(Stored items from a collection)
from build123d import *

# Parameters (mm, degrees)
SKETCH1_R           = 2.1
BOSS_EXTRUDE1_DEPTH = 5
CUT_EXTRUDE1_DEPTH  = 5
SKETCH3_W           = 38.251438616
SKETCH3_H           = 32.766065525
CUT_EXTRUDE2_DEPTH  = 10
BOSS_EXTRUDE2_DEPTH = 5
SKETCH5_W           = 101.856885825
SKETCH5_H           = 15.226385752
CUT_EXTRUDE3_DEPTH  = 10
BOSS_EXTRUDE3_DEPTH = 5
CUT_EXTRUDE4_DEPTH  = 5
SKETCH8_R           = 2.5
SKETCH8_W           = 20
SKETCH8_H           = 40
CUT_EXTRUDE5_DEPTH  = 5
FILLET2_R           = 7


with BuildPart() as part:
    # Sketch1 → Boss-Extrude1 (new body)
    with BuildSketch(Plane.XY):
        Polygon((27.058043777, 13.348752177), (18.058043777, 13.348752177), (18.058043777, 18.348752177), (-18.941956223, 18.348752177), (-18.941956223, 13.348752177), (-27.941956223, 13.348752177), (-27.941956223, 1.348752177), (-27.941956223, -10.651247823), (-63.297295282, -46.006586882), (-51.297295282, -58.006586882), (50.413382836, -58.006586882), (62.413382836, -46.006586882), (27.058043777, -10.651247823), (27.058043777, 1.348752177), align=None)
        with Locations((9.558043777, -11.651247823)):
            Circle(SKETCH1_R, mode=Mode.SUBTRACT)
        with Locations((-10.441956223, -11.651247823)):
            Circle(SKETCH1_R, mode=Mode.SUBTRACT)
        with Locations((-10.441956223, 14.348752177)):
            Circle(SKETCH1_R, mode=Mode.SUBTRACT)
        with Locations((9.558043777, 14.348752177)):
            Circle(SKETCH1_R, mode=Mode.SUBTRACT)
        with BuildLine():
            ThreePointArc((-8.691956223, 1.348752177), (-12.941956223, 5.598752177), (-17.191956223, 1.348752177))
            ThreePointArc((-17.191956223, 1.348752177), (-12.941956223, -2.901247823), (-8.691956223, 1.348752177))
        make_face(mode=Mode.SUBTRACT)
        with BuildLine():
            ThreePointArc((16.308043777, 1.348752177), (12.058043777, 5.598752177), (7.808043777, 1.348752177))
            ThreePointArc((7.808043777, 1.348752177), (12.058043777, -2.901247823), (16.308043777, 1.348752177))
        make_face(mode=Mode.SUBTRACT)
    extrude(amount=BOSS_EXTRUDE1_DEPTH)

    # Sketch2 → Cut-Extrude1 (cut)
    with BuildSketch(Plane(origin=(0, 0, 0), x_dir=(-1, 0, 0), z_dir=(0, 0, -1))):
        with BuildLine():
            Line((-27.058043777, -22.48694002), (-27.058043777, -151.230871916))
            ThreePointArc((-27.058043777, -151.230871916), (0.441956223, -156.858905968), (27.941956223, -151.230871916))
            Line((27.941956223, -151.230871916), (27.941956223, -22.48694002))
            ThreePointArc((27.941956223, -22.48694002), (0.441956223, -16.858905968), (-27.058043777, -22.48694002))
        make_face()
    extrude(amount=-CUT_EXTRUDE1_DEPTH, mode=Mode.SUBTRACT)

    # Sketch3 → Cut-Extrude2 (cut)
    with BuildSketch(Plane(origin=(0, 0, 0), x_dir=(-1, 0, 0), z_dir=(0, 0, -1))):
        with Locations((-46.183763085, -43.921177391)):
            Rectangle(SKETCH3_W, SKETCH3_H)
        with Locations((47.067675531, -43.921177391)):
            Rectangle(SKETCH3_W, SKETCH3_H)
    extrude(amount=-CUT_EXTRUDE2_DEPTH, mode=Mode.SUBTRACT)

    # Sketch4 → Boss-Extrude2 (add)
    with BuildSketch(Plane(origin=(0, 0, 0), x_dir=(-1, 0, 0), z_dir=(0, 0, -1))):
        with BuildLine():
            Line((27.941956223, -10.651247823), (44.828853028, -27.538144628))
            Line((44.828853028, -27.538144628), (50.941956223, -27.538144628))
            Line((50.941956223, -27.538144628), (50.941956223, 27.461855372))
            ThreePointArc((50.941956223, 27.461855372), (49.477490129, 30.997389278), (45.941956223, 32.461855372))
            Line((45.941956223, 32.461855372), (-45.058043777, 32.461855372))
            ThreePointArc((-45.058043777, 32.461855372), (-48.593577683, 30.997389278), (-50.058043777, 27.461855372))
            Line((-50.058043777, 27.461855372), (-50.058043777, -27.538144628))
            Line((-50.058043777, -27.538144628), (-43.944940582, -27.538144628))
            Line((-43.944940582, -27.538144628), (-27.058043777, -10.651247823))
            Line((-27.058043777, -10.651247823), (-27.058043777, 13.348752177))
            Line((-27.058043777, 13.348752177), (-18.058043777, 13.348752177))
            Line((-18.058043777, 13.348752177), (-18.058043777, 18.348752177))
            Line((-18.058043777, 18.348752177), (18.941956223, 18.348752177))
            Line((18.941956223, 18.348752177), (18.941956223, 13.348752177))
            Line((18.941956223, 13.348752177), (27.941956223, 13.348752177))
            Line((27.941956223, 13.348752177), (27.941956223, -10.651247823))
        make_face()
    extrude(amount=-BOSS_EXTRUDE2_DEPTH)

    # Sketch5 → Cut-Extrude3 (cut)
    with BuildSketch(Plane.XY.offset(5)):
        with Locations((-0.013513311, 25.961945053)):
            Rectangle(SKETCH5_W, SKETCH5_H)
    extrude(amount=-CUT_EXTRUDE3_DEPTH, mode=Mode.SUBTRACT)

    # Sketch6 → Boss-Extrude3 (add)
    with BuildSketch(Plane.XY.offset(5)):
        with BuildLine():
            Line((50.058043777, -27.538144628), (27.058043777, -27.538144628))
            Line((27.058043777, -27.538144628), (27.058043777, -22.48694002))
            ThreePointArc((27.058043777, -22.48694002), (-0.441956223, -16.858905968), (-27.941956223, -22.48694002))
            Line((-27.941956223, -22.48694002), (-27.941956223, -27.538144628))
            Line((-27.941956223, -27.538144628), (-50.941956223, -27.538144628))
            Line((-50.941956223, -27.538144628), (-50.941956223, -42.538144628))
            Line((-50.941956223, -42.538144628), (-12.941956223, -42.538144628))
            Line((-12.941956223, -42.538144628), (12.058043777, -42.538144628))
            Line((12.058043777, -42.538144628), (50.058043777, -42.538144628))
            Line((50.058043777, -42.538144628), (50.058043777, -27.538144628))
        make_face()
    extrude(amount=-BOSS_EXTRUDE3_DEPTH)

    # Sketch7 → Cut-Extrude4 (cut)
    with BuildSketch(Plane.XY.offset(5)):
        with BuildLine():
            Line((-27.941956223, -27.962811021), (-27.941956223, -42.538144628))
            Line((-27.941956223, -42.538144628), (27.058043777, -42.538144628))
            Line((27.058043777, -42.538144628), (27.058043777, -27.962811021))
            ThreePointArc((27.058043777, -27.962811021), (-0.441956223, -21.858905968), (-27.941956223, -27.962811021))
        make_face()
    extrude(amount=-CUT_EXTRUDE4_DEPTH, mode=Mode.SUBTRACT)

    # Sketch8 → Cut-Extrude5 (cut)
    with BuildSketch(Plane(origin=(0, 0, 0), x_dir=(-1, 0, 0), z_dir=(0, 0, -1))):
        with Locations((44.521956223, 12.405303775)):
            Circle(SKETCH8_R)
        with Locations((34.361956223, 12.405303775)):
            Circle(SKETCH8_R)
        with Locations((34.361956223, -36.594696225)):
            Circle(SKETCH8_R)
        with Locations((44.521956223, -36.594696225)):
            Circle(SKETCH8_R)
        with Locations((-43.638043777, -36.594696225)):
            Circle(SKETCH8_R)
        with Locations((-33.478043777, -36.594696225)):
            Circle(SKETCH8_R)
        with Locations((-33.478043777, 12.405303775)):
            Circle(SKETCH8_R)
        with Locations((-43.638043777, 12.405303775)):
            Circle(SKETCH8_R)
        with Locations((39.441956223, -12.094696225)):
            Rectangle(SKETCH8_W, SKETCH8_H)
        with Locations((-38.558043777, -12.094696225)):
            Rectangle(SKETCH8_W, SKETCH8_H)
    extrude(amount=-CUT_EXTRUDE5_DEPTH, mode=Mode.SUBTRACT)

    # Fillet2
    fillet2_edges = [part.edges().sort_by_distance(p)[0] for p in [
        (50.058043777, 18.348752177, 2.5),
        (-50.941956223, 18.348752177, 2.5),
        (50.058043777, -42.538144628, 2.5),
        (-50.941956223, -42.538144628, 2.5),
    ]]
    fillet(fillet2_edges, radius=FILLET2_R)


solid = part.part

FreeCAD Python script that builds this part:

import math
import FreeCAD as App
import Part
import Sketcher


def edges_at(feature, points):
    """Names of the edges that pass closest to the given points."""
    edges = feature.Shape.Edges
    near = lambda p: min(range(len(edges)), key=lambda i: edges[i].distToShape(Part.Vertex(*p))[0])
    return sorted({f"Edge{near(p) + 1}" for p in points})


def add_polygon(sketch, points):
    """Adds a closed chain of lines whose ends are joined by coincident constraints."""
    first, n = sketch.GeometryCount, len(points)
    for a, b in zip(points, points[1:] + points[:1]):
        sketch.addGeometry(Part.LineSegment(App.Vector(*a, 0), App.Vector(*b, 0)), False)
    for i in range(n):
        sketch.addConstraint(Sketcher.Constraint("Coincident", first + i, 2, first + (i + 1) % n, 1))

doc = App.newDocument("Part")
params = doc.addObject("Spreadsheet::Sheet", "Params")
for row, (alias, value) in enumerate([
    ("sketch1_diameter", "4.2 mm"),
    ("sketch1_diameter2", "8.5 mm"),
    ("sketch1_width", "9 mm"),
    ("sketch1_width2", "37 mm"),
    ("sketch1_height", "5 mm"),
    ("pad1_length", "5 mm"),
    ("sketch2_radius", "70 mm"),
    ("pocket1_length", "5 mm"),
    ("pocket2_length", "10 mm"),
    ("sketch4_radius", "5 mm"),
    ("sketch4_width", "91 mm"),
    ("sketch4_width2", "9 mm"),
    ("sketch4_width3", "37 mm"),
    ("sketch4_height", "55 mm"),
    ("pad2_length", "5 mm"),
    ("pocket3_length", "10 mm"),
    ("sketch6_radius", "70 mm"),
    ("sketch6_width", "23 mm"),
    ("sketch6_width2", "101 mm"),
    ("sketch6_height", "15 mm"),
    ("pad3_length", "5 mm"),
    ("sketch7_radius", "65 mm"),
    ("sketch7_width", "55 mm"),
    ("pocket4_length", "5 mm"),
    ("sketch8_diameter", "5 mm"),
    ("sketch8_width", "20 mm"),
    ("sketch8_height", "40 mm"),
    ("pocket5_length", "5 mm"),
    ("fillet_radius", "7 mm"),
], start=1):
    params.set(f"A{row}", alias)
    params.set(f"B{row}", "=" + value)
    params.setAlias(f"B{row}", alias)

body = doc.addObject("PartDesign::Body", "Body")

--

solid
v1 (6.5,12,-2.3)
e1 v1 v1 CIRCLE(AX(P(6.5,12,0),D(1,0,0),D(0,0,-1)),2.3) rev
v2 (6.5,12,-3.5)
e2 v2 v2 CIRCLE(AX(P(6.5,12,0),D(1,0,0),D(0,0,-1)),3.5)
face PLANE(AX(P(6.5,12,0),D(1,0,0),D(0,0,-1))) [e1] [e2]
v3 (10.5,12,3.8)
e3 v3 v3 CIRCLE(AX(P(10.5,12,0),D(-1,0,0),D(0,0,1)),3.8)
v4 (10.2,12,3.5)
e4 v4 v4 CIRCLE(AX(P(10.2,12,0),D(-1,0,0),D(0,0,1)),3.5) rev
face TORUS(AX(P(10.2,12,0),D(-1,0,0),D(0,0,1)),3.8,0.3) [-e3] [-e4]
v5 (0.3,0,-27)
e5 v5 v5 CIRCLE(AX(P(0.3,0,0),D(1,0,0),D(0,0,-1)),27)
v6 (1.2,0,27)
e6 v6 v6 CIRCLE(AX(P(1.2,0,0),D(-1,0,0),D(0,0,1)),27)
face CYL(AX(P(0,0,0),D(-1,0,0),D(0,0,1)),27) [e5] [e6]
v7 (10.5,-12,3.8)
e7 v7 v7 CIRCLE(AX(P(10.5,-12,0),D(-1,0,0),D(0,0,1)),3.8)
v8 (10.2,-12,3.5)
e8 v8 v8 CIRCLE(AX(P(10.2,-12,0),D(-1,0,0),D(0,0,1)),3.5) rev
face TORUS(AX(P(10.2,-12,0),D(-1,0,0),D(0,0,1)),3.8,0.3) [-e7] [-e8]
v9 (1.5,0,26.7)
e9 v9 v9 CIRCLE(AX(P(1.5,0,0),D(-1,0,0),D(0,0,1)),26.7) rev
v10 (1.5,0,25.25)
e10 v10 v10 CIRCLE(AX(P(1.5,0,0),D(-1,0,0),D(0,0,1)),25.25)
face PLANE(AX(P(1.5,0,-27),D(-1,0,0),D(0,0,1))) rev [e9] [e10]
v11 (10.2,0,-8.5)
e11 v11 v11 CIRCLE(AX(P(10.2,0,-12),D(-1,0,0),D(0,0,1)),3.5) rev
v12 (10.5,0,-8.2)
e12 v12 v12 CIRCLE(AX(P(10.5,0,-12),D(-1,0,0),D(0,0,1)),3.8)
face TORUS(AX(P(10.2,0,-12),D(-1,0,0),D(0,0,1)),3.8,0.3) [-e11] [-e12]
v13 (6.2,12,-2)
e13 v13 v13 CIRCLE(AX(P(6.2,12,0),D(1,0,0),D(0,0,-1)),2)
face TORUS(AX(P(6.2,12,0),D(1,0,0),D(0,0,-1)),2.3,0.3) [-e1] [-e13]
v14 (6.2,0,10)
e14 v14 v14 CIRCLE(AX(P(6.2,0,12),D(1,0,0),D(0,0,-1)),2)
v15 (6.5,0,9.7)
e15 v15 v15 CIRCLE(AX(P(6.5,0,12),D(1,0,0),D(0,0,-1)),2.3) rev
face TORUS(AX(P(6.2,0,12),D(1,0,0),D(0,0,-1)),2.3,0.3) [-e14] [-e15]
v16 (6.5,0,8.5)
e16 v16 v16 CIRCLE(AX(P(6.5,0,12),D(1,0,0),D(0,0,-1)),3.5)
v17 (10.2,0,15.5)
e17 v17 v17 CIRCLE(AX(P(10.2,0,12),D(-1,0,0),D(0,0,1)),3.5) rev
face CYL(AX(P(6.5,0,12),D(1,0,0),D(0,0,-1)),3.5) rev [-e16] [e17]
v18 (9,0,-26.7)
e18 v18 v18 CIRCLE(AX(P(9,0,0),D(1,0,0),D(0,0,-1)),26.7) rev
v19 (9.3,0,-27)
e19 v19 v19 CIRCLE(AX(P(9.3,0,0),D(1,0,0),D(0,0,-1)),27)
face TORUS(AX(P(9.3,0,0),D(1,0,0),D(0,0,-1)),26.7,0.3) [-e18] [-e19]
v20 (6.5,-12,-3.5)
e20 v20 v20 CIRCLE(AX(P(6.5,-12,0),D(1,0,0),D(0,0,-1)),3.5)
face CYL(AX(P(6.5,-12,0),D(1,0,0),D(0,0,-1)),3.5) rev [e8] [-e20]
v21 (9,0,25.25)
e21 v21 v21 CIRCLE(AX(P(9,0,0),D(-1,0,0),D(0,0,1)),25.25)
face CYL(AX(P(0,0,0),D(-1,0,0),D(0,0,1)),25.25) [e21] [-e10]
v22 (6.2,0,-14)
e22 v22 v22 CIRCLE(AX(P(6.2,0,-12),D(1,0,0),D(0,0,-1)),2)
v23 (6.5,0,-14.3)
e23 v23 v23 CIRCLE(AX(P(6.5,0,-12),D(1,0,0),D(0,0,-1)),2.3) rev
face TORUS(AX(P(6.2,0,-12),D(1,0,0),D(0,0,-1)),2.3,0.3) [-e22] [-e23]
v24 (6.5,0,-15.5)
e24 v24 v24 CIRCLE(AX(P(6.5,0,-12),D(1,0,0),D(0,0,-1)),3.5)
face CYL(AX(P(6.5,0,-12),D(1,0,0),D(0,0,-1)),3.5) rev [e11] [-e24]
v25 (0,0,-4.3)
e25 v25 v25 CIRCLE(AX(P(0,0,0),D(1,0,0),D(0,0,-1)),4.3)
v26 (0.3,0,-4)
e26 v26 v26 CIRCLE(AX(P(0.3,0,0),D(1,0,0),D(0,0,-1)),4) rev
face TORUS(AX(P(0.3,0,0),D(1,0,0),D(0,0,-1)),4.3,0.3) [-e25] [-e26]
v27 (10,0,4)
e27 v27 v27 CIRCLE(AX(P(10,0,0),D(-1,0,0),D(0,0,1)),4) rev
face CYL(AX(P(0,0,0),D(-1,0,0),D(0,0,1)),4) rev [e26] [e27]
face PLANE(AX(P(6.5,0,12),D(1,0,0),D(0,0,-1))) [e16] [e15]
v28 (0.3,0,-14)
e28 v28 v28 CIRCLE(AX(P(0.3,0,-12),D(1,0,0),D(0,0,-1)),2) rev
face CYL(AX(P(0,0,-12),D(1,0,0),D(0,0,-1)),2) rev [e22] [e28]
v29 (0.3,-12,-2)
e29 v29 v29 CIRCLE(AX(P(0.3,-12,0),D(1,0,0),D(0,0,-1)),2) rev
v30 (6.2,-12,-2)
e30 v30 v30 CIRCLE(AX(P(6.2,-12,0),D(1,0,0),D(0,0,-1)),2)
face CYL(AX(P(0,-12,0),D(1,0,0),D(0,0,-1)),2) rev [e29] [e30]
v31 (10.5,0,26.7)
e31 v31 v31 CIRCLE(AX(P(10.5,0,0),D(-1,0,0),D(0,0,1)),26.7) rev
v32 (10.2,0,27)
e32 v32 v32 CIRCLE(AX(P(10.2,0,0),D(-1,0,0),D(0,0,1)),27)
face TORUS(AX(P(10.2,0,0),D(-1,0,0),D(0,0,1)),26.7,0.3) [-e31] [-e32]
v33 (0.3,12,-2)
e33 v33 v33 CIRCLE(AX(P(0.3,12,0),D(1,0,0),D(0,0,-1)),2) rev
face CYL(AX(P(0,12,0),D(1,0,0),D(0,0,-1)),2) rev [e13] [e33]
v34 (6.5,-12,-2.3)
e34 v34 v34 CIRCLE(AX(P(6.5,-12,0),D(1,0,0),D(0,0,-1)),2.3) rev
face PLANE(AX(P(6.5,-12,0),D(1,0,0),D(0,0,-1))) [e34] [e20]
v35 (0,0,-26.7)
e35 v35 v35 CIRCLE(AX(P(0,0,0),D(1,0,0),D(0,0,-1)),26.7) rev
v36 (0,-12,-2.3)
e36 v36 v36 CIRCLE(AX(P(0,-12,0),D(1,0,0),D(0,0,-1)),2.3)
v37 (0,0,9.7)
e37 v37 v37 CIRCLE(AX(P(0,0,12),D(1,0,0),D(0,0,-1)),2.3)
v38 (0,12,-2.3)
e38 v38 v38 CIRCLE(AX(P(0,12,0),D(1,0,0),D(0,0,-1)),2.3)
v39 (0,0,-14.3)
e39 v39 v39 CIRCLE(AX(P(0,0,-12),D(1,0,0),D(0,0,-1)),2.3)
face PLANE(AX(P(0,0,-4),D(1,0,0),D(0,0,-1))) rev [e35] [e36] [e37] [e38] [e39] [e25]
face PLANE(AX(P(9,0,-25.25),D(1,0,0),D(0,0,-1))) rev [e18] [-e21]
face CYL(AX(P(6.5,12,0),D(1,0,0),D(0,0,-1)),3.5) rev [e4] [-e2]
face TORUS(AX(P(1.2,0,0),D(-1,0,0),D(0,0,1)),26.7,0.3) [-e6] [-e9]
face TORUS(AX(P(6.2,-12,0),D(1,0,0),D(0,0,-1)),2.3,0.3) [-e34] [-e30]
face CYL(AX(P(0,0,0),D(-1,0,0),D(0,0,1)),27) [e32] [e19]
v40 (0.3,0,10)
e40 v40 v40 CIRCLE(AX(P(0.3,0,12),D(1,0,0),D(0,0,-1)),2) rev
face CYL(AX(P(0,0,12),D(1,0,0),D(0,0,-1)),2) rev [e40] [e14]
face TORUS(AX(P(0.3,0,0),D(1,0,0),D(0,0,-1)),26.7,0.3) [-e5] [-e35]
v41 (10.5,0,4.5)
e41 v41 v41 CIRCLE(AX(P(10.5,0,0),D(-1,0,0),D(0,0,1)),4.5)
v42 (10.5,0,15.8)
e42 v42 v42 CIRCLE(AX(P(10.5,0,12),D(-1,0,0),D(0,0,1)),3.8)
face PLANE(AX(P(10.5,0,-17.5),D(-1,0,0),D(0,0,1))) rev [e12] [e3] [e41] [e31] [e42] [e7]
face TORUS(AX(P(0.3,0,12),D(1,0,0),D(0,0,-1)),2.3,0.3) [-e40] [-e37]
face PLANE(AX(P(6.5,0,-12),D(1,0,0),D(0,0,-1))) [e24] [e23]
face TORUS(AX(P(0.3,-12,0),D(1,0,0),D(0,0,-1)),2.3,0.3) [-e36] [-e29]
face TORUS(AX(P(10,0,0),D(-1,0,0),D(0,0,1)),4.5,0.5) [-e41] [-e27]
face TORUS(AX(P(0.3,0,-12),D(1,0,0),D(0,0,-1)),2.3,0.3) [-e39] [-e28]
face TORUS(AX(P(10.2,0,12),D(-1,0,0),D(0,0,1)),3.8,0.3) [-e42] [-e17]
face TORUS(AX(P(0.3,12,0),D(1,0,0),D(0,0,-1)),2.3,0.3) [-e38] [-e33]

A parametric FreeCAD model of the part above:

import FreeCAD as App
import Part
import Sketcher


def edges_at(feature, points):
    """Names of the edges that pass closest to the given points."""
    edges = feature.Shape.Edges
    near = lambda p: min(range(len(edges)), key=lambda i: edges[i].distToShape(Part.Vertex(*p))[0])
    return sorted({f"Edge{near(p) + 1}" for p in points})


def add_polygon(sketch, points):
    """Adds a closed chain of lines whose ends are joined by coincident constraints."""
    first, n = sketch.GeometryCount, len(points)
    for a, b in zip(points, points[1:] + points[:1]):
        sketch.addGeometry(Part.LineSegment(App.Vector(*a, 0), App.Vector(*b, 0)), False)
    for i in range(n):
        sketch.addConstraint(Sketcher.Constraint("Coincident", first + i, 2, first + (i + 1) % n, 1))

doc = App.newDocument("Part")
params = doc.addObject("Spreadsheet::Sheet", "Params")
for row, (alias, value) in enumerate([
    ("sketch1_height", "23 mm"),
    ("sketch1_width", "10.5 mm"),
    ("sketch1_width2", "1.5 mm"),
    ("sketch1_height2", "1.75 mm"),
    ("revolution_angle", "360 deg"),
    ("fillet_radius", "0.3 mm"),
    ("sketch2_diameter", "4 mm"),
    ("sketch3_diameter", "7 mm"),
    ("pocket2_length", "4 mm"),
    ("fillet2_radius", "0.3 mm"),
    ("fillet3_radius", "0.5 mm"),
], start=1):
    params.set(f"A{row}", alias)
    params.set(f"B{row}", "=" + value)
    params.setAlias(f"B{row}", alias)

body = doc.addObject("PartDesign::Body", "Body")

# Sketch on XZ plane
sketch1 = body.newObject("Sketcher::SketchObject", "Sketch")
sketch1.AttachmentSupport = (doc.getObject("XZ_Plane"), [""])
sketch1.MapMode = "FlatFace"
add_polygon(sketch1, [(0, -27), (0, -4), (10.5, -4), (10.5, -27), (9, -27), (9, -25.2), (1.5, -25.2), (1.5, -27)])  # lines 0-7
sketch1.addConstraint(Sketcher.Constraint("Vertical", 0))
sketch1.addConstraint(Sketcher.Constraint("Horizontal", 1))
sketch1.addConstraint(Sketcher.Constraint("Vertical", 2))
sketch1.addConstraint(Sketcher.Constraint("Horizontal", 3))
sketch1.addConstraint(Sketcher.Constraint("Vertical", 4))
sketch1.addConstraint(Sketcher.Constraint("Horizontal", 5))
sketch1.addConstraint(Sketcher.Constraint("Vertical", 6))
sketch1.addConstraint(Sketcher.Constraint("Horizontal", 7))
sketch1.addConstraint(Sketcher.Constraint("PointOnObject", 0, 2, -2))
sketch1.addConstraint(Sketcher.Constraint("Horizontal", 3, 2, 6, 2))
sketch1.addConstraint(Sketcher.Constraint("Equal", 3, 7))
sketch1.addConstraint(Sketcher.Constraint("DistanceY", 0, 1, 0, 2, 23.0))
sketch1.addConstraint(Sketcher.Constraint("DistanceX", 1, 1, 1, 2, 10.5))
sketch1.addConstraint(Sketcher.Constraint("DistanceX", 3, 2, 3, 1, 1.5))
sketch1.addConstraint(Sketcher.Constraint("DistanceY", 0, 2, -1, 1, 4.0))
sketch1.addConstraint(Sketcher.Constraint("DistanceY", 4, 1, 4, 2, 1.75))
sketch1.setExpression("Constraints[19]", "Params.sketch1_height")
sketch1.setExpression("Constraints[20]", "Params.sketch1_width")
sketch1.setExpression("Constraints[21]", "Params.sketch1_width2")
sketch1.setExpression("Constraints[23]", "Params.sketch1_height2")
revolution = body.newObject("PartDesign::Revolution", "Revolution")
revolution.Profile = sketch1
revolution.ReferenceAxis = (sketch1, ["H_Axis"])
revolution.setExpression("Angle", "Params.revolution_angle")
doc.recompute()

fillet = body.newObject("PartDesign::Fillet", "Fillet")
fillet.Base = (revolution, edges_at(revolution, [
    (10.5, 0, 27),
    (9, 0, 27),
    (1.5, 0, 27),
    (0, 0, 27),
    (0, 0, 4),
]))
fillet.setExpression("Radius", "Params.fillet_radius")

» **Exercise aim**
Repeat word for word the lines above that run from the line containing "v32 (10.2,0,27)" through the line containing "v37 (0,0,9.7)", both ends included, and nothing else.

» **Exercise solution**
v32 (10.2,0,27)
e32 v32 v32 CIRCLE(AX(P(10.2,0,0),D(-1,0,0),D(0,0,1)),27)
face TORUS(AX(P(10.2,0,0),D(-1,0,0),D(0,0,1)),26.7,0.3) [-e31] [-e32]
v33 (0.3,12,-2)
e33 v33 v33 CIRCLE(AX(P(0.3,12,0),D(1,0,0),D(0,0,-1)),2) rev
face CYL(AX(P(0,12,0),D(1,0,0),D(0,0,-1)),2) rev [e13] [e33]
v34 (6.5,-12,-2.3)
e34 v34 v34 CIRCLE(AX(P(6.5,-12,0),D(1,0,0),D(0,0,-1)),2.3) rev
face PLANE(AX(P(6.5,-12,0),D(1,0,0),D(0,0,-1))) [e34] [e20]
v35 (0,0,-26.7)
e35 v35 v35 CIRCLE(AX(P(0,0,0),D(1,0,0),D(0,0,-1)),26.7) rev
v36 (0,-12,-2.3)
e36 v36 v36 CIRCLE(AX(P(0,-12,0),D(1,0,0),D(0,0,-1)),2.3)
v37 (0,0,9.7)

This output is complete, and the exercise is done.